Your First Project¶
This tutorial walks you through creating a simple blog API with FastAPI Smith.
Project Setup¶
Let's create a blog API with posts and comments:
Configuration¶
Use these settings for the tutorial:
- Project name:
blog-api - Database: PostgreSQL
- ORM: SQLAlchemy 2.0
- Auth: JWT
- Admin: Yes (SQLAdmin)
- Caching: Redis
- Logging: Loguru
- Package manager: uv
- Docker: Yes
Understanding the Structure¶
After generation, you'll have:
blog-api/
├── app/
│ ├── main.py # Application entry point
│ ├── config.py # Settings
│ ├── database.py # Database setup
│ ├── models/ # Database models
│ │ ├── base.py
│ │ └── user.py # User model (generated)
│ ├── schemas/ # Pydantic schemas
│ │ └── user.py
│ ├── routes/ # API routes
│ │ ├── auth.py # Auth endpoints
│ │ └── users.py # User endpoints
│ └── core/ # Core functionality
│ ├── security.py # JWT & password hashing
│ └── logging.py # Logging setup
├── migrations/ # Alembic migrations
├── tests/ # Tests
└── .env.example # Environment template
Setting Up the Environment¶
-
Copy environment file:
-
Edit
.envwith your database credentials: -
Install dependencies:
-
Create database:
-
Run migrations:
Creating the Blog Models¶
Create app/models/post.py:
from datetime import datetime
from sqlalchemy import String, Text, ForeignKey
from sqlalchemy.orm import Mapped, mapped_column, relationship
from .base import Base
class Post(Base):
__tablename__ = "posts"
id: Mapped[int] = mapped_column(primary_key=True)

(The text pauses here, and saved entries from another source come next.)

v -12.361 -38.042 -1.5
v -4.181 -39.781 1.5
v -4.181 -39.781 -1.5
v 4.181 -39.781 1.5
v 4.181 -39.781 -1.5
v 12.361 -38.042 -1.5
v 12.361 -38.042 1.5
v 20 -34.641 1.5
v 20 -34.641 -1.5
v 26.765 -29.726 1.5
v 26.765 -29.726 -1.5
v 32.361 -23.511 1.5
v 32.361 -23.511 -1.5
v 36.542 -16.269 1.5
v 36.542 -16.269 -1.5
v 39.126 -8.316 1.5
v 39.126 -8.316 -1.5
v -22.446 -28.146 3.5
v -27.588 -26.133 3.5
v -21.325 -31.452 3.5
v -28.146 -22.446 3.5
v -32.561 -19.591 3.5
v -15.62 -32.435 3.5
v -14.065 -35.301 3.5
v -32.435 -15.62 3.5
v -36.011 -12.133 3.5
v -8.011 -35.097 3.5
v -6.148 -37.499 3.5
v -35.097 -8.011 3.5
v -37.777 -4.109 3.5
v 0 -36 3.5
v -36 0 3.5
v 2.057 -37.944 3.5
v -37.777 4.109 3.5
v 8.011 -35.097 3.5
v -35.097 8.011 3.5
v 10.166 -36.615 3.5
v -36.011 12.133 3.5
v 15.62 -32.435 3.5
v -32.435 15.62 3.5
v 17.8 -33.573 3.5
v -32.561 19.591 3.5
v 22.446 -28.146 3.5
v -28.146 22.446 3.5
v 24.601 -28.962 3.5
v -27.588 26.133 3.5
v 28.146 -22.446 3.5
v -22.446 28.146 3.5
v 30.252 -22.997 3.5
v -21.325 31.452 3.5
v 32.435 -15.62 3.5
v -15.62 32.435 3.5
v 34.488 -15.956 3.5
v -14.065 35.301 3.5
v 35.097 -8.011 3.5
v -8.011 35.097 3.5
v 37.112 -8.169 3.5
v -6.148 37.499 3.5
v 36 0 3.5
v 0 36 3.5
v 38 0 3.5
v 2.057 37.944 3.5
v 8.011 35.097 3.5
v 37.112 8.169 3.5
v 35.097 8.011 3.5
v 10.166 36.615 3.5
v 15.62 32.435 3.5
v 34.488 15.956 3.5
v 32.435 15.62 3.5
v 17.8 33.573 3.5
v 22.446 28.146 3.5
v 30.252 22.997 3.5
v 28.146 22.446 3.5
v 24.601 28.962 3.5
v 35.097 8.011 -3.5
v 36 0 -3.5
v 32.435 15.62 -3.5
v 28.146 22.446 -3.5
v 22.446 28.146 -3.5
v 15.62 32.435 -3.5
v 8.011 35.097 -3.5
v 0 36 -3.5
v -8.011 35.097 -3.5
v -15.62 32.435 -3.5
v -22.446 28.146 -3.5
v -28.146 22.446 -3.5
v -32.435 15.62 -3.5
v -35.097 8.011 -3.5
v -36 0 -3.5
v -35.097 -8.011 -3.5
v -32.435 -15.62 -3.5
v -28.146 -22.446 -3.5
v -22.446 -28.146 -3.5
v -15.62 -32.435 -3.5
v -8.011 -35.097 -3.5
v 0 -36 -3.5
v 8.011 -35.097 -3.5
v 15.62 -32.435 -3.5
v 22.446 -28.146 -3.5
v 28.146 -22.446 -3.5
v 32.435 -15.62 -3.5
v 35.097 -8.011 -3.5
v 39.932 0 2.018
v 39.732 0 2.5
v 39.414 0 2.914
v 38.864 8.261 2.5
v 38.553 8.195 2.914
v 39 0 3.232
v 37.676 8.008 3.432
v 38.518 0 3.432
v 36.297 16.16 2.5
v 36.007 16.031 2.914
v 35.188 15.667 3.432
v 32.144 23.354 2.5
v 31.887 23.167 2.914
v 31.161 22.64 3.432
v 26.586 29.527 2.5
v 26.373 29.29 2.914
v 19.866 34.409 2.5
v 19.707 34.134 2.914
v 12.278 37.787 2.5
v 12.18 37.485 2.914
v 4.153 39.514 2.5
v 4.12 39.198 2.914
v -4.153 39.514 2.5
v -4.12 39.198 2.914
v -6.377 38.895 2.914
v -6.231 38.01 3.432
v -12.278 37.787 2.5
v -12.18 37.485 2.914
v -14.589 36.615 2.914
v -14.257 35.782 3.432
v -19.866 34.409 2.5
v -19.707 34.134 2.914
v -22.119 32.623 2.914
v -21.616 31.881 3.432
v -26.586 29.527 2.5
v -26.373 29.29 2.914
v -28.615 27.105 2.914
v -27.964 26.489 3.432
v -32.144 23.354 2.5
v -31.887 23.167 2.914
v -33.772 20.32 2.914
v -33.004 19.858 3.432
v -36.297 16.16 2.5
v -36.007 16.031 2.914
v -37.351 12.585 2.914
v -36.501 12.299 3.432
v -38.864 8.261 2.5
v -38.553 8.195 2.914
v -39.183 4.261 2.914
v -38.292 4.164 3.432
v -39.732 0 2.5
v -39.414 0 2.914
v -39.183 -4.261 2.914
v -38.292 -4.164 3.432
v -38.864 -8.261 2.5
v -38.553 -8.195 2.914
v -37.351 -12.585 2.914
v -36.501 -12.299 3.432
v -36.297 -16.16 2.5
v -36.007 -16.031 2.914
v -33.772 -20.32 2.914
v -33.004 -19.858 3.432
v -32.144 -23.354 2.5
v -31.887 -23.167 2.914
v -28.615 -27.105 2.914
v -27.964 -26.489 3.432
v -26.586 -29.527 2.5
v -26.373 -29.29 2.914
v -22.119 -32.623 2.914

title: Mapped[str] = mapped_column(String(200))
content: Mapped[str] = mapped_column(Text)
published: Mapped[bool] = mapped_column(default=False)
created_at: Mapped[datetime] = mapped_column(default=datetime.utcnow)
author_id: Mapped[int] = mapped_column(ForeignKey("users.id"))
author: Mapped["User"] = relationship(back_populates="posts")
comments: Mapped[list["Comment"]] = relationship(back_populates="post")
class Comment(Base):
__tablename__ = "comments"
id: Mapped[int] = mapped_column(primary_key=True)
content: Mapped[str] = mapped_column(Text)
created_at: Mapped[datetime] = mapped_column(default=datetime.utcnow)
post_id: Mapped[int] = mapped_column(ForeignKey("posts.id"))
post: Mapped[Post] = relationship(back_populates="comments")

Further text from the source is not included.